On Agency and Intentionality
I fell in love with the concept of agency when I first read about it. It’s always been a driving philosophy for how I steer my own actions, and I believe a valuable concept to apply in both work and life.
It starts with the belief that you have freedom of choice and control over your outcomes (through your actions). In discussing agency, it’s a slippery slope to a philosophical debate about free will vs. determinism, but that’s not the main focus here. That notwithstanding, I recognise that I’m lucky to be in a position where I feel like I’m able to significantly influence many aspects of my own fate. I also recognise that not everyone has this ‘privileged’ worldview, potentially not afforded those opportunities that have shaped this view.
At its core, isn’t work (and life) a continuous stream of problem-solving? We’re constantly trying to accomplish goals, sometimes failing, but always pressing forward. This cycle demands agency – the belief that you can influence outcomes and make things happen. If you don’t have the belief that you have this power, how would you even start to tackle this problem?
Consider a scenario: a critical project deadline suddenly moves up, or a key team member falls ill just before an important presentation. Agency empowers you to take swift action – reorganizing priorities, rallying the team, or stepping up to fill the gaps yourself - you know it can be done. You not only solve immediate problems but also build resilience and adaptability. These qualities pay dividends, giving you the confidence that you can do it again and also making you better equipped to tackle the next obstacle. I guess this is what a ‘human’ growth loop is.
Agency in building your career path
I’m also thinking about agency a lot in the way I have approached and mapped out my career.

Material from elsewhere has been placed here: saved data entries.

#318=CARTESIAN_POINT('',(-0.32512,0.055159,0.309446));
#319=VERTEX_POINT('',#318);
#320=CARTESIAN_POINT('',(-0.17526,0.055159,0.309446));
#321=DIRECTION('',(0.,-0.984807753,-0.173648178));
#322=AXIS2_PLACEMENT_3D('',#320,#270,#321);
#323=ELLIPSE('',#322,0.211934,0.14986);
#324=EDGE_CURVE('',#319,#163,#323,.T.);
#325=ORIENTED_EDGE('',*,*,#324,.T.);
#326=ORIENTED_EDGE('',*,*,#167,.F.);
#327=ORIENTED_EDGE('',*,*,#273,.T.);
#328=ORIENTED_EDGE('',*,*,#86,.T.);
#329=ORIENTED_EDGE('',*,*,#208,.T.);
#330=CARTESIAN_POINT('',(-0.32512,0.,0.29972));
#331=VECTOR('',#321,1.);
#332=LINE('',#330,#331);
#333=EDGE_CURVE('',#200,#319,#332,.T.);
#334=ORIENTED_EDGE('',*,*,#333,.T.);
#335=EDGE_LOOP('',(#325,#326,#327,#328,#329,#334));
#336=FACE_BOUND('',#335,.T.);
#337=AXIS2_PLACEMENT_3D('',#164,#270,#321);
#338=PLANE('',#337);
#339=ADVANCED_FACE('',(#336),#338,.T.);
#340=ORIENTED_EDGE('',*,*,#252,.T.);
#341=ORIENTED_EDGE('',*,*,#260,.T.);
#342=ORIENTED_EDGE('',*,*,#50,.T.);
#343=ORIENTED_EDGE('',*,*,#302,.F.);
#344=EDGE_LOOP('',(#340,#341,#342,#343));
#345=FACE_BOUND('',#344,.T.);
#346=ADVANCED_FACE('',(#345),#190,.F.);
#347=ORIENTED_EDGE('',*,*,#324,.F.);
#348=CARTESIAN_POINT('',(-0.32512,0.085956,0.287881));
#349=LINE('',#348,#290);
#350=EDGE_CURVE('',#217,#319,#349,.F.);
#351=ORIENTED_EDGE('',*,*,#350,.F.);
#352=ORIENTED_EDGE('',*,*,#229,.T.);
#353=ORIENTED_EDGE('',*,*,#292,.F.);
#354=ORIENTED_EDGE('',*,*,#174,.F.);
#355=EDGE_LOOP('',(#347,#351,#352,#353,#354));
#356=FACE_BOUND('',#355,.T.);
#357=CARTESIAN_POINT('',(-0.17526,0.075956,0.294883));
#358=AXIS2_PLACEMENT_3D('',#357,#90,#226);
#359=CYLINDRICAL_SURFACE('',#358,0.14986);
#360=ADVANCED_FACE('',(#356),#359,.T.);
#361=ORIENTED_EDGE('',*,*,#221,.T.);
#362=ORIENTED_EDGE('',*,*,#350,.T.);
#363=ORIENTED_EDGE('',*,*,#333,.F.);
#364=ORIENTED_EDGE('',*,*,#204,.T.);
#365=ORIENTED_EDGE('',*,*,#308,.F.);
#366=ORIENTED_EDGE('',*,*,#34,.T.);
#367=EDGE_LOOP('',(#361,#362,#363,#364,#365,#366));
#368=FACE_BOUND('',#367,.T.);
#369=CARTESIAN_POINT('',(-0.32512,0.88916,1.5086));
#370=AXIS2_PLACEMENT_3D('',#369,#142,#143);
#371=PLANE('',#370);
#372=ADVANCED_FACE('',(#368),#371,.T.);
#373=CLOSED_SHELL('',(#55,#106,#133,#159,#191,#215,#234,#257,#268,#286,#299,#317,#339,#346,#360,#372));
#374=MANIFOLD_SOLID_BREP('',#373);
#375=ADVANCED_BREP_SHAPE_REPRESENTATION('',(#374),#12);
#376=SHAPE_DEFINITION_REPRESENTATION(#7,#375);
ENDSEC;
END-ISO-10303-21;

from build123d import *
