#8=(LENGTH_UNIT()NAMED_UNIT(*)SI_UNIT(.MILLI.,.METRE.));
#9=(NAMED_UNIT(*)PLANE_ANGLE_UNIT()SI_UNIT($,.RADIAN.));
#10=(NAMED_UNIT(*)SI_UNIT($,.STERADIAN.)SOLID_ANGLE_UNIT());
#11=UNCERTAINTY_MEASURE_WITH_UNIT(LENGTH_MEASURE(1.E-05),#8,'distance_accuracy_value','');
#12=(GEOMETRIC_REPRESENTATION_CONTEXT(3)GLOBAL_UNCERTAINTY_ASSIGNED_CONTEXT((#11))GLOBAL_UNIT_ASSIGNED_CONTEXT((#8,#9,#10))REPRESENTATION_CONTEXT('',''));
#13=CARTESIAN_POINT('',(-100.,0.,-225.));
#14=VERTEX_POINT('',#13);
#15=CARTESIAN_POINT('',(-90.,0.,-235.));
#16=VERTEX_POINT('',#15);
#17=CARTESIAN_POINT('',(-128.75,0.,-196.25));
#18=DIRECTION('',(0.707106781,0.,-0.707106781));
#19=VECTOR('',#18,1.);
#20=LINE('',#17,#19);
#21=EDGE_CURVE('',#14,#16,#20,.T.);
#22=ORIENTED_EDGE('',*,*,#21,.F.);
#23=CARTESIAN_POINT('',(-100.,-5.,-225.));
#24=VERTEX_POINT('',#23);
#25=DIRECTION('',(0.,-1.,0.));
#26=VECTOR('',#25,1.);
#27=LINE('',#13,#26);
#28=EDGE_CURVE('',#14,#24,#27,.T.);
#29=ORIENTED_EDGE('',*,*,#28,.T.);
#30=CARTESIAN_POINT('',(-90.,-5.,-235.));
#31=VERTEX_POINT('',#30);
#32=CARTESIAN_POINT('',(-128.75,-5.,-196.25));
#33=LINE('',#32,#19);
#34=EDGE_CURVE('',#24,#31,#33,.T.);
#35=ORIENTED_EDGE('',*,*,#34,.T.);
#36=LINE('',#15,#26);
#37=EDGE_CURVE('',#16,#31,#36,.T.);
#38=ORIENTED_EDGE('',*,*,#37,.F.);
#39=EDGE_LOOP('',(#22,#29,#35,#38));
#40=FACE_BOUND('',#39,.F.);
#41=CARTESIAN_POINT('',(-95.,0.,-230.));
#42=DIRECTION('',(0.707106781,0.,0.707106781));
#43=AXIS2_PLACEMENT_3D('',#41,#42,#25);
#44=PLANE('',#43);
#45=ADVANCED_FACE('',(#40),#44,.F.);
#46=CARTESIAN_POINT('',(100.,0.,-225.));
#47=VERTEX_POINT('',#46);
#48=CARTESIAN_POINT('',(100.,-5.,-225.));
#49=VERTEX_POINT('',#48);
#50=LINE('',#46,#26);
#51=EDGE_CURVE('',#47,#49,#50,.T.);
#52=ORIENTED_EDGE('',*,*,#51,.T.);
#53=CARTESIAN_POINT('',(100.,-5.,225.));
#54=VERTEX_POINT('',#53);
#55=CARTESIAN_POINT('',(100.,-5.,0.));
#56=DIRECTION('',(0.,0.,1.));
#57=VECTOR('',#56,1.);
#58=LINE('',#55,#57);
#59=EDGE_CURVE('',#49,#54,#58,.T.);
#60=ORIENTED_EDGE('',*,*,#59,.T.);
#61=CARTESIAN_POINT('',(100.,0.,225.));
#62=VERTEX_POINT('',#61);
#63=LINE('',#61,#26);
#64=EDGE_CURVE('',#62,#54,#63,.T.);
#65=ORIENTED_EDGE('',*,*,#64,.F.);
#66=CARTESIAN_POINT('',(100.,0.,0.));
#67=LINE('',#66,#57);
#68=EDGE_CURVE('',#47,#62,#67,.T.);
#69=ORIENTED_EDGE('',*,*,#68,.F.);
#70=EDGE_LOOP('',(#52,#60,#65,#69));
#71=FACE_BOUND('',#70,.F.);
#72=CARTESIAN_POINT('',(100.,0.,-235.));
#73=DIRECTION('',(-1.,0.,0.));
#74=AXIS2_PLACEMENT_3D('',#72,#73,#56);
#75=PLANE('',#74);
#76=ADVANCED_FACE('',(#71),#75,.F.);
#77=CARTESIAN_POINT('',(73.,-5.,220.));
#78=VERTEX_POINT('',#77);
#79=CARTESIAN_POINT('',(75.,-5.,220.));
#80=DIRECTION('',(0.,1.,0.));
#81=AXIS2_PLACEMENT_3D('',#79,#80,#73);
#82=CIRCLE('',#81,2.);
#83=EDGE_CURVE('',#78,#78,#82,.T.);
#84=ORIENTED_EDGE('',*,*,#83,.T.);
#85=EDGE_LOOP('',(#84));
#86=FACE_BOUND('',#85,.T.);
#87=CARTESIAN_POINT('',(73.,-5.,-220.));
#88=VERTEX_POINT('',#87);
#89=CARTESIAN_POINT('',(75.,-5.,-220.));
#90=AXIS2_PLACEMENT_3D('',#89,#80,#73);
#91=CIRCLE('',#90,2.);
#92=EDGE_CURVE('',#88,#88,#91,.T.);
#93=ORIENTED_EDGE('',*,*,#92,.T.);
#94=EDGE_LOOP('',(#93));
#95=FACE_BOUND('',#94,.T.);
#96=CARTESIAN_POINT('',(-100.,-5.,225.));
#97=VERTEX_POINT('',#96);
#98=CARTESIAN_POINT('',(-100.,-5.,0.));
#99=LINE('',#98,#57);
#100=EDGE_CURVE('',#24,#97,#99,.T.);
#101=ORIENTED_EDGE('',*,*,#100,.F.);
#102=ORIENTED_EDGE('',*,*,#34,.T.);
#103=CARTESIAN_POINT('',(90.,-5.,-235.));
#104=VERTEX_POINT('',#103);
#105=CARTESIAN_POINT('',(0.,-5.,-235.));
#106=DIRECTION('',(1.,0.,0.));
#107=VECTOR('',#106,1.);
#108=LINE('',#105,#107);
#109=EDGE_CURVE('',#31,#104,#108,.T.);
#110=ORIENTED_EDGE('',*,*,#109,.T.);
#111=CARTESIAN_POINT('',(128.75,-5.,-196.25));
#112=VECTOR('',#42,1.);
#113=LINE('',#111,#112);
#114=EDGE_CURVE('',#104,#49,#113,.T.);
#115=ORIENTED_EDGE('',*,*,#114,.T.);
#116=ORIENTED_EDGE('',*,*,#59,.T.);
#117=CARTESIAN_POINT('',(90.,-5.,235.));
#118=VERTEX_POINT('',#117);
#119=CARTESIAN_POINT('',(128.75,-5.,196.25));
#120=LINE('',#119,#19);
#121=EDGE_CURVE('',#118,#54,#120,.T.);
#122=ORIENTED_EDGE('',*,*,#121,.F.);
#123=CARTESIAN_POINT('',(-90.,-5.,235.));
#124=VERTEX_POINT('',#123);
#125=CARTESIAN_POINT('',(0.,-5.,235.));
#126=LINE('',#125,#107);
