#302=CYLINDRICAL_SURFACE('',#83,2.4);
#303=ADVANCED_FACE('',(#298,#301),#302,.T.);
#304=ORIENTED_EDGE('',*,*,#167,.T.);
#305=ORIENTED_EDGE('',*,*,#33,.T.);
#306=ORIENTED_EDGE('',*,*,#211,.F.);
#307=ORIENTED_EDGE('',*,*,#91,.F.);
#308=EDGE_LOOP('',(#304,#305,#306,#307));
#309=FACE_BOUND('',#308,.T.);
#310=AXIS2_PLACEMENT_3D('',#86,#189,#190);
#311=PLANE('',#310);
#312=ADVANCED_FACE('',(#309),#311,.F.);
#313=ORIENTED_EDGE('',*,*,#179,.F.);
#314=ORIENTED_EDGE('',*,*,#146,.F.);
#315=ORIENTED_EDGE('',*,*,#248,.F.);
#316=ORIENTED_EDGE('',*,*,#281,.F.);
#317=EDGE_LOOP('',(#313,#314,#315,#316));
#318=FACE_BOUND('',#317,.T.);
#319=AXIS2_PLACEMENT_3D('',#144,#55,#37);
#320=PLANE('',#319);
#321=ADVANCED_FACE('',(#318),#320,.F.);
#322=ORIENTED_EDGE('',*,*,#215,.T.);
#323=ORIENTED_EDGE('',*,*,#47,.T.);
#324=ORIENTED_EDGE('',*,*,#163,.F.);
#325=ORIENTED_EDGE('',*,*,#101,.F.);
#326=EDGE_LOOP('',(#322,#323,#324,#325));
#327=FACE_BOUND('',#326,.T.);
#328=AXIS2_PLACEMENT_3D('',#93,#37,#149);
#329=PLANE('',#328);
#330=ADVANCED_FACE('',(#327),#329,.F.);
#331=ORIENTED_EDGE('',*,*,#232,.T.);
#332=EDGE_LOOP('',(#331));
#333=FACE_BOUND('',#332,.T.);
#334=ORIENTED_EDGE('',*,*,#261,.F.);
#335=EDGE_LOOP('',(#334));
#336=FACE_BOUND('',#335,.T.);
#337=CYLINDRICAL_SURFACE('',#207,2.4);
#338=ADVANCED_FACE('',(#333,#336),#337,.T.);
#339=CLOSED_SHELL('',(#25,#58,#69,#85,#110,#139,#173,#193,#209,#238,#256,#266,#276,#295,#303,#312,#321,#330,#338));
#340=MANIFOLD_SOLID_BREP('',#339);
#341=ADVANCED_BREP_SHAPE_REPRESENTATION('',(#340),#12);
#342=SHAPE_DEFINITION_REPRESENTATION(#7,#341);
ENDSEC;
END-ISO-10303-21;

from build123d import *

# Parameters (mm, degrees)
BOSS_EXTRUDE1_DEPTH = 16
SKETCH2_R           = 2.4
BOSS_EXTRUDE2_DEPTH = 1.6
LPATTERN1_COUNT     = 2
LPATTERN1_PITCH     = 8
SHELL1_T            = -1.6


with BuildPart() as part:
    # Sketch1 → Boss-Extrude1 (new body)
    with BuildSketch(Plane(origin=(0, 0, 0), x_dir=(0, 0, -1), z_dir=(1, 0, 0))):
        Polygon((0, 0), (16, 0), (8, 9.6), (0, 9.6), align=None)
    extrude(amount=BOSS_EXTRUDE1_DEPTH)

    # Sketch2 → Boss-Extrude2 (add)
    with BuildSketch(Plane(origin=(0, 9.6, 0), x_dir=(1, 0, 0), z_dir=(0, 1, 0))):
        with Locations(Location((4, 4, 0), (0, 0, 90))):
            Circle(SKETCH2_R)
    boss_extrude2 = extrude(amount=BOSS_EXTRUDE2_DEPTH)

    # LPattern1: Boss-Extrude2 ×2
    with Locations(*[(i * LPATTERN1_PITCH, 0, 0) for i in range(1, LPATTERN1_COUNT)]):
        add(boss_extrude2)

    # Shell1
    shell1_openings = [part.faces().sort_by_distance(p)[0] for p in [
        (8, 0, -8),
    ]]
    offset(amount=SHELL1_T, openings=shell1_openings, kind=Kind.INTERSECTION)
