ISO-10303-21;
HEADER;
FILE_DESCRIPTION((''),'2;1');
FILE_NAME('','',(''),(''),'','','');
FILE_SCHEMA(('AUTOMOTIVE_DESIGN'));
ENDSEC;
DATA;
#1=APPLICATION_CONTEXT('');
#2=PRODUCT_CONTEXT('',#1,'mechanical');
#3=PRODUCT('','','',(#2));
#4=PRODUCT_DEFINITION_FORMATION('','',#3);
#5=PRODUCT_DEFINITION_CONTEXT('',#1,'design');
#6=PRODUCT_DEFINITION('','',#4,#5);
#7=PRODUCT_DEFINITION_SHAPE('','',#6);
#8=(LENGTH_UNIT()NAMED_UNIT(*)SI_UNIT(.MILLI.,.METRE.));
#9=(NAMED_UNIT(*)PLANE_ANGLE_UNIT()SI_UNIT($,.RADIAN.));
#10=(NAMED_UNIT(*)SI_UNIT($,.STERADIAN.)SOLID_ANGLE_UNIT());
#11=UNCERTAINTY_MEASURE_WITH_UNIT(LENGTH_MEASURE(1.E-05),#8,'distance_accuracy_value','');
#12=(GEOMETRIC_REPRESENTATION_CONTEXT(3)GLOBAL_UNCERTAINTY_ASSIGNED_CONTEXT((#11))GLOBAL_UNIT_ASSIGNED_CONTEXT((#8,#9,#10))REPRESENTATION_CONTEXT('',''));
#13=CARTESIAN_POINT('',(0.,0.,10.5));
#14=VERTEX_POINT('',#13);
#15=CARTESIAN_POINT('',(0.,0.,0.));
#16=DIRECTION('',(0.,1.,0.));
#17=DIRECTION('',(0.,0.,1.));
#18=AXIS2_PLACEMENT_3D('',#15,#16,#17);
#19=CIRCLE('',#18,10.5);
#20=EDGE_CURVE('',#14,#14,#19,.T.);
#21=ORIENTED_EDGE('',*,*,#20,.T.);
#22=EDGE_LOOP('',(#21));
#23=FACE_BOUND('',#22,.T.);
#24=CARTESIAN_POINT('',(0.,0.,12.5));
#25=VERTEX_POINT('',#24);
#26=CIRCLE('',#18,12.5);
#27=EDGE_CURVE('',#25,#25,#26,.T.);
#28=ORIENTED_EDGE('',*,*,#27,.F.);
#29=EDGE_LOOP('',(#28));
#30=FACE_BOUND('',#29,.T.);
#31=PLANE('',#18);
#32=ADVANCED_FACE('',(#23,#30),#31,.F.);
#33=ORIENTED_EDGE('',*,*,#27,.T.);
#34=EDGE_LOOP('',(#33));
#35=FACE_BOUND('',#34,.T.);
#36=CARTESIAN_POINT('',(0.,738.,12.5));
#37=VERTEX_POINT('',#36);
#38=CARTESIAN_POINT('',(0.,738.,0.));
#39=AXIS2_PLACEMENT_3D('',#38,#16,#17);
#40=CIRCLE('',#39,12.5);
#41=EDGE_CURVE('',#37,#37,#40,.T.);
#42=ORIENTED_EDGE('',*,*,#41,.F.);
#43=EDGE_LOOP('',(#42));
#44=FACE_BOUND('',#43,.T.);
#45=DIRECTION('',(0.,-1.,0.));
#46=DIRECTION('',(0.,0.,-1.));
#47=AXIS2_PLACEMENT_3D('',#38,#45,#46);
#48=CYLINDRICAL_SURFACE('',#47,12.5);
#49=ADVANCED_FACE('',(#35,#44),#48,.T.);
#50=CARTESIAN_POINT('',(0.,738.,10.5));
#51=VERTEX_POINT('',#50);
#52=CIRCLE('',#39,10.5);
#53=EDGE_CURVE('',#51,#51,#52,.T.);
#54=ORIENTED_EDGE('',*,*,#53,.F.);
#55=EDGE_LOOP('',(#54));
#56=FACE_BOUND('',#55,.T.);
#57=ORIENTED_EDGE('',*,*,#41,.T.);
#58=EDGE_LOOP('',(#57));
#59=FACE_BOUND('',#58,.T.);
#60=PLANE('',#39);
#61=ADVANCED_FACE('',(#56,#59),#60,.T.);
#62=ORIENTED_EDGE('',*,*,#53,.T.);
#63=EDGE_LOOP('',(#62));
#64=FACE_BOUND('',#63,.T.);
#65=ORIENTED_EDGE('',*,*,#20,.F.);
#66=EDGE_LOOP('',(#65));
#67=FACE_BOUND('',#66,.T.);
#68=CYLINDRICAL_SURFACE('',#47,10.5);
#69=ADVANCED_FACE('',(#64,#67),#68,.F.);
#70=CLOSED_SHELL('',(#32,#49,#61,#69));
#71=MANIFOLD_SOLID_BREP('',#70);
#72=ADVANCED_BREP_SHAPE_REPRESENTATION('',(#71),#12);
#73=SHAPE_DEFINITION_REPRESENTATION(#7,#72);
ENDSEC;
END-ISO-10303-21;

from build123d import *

# Parameters (mm, degrees)
SKETCH1_R           = 12.500000019
SKETCH1_R_2         = 10.499999955
BOSS_EXTRUDE1_DEPTH = 738


with BuildPart() as part:
    # Sketch1 → Boss-Extrude1 (new body)
    with BuildSketch(Plane(origin=(0, 0, 0), x_dir=(1, 0, 0), z_dir=(0, 1, 0))):
        with Locations(Location((0, 0, 0), (0, 0, 270))):
            Circle(SKETCH1_R)
        with Locations(Location((0, 0, 0), (0, 0, 270))):
            Circle(SKETCH1_R_2, mode=Mode.SUBTRACT)
    extrude(amount=BOSS_EXTRUDE1_DEPTH)


solid = part.part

I was fortunate to be in a position with my last couple of roles to have opportunities present themselves to me. It may not have been the path that I imagined, but I also wasn’t exactly sure what the right path was. I just wanted to learn and do different things, and I say yes a lot. That’s why I jumped at the chance to join a start-up in my last role (more impact, more doing, more learning, speed), and from leading a B2C team to a B2B team. I learned a lot. It was hard. I adapted quickly. Adaptability is great, and it will serve me well. But even better is adaptability + intention. It’s just smarter.
So far, despite thinking that I am very much aligned to agency, I haven’t been absolutely intentional about creating those career opportunities. I’ve done a bit here and there, but I know that I can do more. I haven’t been totally goal-focused in this pursuit. And there are always going to be excuses, and things that make me feel uncomfortable doing. In my heart of hearts, I know I can do it.